=== Work item ===
Begin at the line containing "Gears by GregFrost" in the entries below and end at the line containing "pitch_angle2 = asin"; transcribe that range exactly and nothing outside it.

=== Data for analysis ===

Segment Open

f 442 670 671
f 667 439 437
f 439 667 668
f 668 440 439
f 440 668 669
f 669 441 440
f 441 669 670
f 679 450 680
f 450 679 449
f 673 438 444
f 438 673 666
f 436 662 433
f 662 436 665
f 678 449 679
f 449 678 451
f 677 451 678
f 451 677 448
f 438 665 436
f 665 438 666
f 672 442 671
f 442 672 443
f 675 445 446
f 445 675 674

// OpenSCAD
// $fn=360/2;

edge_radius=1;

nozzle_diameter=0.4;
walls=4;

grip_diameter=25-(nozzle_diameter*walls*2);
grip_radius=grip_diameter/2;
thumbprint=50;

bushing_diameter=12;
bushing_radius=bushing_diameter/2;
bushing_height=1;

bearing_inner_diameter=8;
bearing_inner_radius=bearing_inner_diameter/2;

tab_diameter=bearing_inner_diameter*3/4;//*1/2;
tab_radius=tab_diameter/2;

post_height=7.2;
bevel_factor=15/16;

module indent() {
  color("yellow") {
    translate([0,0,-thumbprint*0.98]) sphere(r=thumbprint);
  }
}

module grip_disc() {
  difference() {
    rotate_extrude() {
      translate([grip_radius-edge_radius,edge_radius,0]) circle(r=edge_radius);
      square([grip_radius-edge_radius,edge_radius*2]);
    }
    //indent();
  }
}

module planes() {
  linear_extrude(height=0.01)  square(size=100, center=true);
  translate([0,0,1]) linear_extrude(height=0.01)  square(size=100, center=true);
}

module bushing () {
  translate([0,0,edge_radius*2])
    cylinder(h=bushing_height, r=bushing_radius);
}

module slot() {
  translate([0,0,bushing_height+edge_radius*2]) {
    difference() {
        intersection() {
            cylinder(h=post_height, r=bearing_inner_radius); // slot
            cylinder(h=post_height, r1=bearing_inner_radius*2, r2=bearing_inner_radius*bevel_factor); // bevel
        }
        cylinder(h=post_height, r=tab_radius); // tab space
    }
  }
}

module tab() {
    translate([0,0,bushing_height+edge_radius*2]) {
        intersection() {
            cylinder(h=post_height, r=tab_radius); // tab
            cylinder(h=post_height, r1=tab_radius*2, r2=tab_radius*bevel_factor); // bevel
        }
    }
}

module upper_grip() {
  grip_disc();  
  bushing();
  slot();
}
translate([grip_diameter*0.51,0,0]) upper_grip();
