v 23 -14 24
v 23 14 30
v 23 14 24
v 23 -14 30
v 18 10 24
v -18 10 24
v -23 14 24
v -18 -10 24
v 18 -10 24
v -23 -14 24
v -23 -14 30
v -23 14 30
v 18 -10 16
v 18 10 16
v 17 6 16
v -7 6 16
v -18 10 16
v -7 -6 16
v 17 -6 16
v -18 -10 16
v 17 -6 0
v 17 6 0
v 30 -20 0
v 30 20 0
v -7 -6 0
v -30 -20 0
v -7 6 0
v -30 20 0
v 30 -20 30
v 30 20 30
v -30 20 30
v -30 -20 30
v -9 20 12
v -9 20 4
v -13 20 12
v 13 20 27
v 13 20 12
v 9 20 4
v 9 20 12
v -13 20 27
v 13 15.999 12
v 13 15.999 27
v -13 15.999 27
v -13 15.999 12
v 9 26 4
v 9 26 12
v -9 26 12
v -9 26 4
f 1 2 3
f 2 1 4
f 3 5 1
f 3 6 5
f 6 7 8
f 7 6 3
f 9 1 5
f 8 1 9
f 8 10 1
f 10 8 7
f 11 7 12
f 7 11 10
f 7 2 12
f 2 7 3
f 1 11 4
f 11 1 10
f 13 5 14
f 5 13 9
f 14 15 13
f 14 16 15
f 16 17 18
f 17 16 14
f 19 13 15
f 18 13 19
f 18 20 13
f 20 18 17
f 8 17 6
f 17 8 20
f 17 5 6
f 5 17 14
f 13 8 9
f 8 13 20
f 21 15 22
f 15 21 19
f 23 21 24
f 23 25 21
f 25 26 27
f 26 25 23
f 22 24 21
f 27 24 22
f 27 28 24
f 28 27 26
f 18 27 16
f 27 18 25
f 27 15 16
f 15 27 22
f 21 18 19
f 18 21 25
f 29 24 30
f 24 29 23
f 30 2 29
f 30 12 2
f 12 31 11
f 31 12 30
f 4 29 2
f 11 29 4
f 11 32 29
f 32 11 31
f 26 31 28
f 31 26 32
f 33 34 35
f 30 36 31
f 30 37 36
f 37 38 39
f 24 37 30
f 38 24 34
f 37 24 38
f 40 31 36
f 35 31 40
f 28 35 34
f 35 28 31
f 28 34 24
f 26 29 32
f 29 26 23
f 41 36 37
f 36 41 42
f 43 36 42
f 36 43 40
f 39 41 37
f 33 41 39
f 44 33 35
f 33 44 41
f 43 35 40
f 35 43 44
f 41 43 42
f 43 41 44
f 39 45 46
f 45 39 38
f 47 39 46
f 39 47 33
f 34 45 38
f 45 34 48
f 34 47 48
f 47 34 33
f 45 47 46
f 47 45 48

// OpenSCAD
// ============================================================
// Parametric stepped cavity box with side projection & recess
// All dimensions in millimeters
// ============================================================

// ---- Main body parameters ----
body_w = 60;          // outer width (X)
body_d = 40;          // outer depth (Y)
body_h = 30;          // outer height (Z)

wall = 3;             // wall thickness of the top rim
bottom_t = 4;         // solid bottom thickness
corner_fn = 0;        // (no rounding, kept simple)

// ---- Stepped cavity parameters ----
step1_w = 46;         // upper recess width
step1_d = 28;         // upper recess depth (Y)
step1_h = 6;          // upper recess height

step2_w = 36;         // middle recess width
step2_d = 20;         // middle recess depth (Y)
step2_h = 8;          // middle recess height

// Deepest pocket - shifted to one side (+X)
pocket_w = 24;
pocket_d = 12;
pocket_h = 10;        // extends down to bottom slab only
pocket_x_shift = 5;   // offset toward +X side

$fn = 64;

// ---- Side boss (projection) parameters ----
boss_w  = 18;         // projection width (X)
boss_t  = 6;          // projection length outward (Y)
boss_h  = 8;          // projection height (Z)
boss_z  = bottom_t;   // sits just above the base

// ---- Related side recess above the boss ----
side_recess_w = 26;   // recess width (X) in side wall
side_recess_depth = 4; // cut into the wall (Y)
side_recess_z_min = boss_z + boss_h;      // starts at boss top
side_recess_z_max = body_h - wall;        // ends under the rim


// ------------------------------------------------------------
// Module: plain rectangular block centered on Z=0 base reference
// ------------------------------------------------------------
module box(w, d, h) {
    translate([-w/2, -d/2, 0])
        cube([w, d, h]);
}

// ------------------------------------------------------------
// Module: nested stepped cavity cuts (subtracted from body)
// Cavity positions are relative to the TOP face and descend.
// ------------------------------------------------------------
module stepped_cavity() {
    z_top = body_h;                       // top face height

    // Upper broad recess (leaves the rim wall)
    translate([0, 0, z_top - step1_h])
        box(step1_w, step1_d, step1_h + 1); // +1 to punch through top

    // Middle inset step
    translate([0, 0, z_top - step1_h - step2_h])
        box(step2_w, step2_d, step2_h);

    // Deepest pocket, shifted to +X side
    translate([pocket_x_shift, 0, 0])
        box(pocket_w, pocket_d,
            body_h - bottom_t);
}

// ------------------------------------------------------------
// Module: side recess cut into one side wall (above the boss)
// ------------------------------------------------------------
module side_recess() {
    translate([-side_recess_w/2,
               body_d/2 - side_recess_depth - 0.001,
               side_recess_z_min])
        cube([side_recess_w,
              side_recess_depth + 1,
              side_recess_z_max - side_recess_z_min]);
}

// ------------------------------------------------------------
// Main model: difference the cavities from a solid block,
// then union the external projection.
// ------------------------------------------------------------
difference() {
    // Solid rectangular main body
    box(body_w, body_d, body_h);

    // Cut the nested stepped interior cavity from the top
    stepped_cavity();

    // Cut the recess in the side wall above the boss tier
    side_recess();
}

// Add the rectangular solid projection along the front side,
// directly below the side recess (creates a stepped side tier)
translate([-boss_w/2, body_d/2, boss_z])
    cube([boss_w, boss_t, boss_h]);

Segment Closed
Segment Open

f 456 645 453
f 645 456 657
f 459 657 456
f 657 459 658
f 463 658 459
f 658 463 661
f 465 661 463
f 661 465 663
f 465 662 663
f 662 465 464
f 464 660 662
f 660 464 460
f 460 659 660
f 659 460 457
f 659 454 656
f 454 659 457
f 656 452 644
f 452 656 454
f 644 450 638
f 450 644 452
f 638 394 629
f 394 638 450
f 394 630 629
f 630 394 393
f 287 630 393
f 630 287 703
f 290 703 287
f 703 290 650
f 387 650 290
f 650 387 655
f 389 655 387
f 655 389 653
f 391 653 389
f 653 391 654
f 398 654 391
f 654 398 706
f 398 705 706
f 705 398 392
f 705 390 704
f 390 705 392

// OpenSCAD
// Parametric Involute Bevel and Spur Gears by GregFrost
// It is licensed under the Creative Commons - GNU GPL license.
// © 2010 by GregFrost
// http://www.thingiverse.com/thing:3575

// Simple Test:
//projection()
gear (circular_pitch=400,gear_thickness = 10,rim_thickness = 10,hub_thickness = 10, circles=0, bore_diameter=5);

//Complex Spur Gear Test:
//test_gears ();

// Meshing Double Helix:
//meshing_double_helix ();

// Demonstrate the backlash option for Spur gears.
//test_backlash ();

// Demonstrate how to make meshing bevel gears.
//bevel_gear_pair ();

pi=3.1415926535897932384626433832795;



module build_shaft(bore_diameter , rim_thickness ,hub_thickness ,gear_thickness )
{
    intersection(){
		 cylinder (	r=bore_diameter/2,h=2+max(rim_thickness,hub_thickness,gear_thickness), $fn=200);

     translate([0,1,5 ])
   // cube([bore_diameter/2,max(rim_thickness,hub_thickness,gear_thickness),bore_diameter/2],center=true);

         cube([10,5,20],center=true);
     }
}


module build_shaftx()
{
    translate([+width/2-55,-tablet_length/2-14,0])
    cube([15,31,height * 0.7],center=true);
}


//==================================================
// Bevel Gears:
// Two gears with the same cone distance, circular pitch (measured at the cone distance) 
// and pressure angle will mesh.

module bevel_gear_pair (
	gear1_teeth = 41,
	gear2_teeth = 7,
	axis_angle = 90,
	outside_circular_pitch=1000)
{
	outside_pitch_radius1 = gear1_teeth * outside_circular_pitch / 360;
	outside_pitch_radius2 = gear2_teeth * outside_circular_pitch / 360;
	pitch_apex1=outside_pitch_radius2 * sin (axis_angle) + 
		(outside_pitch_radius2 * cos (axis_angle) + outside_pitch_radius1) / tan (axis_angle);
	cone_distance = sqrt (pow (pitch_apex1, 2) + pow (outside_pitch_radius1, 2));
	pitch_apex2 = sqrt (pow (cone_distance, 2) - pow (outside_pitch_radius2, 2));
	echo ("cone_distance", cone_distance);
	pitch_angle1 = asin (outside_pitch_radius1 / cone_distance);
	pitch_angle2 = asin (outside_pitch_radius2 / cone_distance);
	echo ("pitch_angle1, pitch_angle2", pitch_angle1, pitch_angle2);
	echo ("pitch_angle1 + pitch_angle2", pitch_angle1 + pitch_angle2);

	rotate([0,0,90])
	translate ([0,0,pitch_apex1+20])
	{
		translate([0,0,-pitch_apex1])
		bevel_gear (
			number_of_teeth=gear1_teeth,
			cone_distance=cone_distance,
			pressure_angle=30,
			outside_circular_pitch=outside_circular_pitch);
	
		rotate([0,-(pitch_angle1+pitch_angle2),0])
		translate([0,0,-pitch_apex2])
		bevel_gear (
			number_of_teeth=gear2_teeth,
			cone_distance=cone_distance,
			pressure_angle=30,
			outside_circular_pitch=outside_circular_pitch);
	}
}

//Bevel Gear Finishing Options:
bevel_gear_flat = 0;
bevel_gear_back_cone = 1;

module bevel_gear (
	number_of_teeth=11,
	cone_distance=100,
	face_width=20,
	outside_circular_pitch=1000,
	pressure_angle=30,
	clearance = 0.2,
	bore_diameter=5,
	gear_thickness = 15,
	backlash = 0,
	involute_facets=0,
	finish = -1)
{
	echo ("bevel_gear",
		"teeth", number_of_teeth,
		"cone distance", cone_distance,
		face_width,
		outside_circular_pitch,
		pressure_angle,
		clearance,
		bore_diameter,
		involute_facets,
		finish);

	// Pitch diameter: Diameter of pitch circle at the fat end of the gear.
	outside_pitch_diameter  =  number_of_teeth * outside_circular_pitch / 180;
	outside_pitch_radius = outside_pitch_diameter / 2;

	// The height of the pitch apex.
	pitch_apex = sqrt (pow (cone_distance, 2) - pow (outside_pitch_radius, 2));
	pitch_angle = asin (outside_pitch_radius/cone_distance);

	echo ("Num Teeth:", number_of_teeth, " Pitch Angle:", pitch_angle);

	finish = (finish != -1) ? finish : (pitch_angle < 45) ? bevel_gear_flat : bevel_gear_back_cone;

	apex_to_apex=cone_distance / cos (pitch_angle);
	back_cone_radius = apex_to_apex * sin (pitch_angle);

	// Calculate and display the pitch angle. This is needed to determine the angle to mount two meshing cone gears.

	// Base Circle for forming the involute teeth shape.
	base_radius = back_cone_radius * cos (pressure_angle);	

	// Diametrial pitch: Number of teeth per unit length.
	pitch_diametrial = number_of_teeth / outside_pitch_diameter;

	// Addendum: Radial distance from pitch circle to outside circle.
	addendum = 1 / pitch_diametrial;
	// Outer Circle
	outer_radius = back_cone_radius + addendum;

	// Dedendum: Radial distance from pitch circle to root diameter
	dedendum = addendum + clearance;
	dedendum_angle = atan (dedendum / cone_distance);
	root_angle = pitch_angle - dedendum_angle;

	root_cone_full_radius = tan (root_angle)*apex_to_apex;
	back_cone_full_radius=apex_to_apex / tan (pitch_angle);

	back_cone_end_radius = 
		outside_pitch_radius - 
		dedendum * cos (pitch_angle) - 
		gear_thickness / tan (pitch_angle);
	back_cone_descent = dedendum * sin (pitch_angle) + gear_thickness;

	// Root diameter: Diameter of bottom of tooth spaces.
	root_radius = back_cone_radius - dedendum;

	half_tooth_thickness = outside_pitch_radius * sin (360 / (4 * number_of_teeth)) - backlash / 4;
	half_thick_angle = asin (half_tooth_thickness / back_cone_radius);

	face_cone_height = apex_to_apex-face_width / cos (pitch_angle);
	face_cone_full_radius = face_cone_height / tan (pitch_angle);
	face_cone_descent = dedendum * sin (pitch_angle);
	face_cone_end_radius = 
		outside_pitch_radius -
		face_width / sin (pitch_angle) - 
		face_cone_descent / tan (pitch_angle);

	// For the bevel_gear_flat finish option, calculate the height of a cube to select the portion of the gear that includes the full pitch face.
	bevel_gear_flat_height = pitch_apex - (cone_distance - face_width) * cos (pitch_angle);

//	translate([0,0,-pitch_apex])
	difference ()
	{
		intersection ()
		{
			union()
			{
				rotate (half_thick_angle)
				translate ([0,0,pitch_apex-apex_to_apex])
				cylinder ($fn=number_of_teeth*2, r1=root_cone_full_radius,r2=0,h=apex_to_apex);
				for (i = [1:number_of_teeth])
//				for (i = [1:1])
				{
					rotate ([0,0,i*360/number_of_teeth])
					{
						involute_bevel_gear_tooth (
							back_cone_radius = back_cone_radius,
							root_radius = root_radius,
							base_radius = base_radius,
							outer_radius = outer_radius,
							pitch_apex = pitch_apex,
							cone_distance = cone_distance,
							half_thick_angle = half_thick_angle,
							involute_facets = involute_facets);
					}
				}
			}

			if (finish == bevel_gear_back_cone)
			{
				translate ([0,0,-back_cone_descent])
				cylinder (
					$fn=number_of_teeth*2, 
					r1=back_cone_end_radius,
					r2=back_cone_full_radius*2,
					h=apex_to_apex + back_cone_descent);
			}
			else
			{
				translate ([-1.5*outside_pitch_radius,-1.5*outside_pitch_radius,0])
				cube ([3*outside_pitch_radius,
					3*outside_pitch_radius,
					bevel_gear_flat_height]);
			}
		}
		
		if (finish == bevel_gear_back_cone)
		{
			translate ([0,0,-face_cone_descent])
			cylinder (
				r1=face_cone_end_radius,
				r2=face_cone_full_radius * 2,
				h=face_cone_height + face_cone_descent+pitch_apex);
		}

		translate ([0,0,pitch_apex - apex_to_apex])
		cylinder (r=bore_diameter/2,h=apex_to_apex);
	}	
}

Segment Closed

=== Exercise result ===
// Parametric Involute Bevel and Spur Gears by GregFrost
// It is licensed under the Creative Commons - GNU GPL license.
// © 2010 by GregFrost
// http://www.thingiverse.com/thing:3575

// Simple Test:
//projection()
gear (circular_pitch=400,gear_thickness = 10,rim_thickness = 10,hub_thickness = 10, circles=0, bore_diameter=5);

//Complex Spur Gear Test:
//test_gears ();

// Meshing Double Helix:
//meshing_double_helix ();

// Demonstrate the backlash option for Spur gears.
//test_backlash ();

// Demonstrate how to make meshing bevel gears.
//bevel_gear_pair ();

pi=3.1415926535897932384626433832795;



module build_shaft(bore_diameter , rim_thickness ,hub_thickness ,gear_thickness )
{
    intersection(){
		 cylinder (	r=bore_diameter/2,h=2+max(rim_thickness,hub_thickness,gear_thickness), $fn=200);

     translate([0,1,5 ])
   // cube([bore_diameter/2,max(rim_thickness,hub_thickness,gear_thickness),bore_diameter/2],center=true);

         cube([10,5,20],center=true);
     }
}


module build_shaftx()
{
    translate([+width/2-55,-tablet_length/2-14,0])
    cube([15,31,height * 0.7],center=true);
}


//==================================================
// Bevel Gears:
// Two gears with the same cone distance, circular pitch (measured at the cone distance) 
// and pressure angle will mesh.

module bevel_gear_pair (
	gear1_teeth = 41,
	gear2_teeth = 7,
	axis_angle = 90,
	outside_circular_pitch=1000)
{
	outside_pitch_radius1 = gear1_teeth * outside_circular_pitch / 360;
	outside_pitch_radius2 = gear2_teeth * outside_circular_pitch / 360;
	pitch_apex1=outside_pitch_radius2 * sin (axis_angle) + 
		(outside_pitch_radius2 * cos (axis_angle) + outside_pitch_radius1) / tan (axis_angle);
	cone_distance = sqrt (pow (pitch_apex1, 2) + pow (outside_pitch_radius1, 2));
	pitch_apex2 = sqrt (pow (cone_distance, 2) - pow (outside_pitch_radius2, 2));
	echo ("cone_distance", cone_distance);
	pitch_angle1 = asin (outside_pitch_radius1 / cone_distance);
	pitch_angle2 = asin (outside_pitch_radius2 / cone_distance);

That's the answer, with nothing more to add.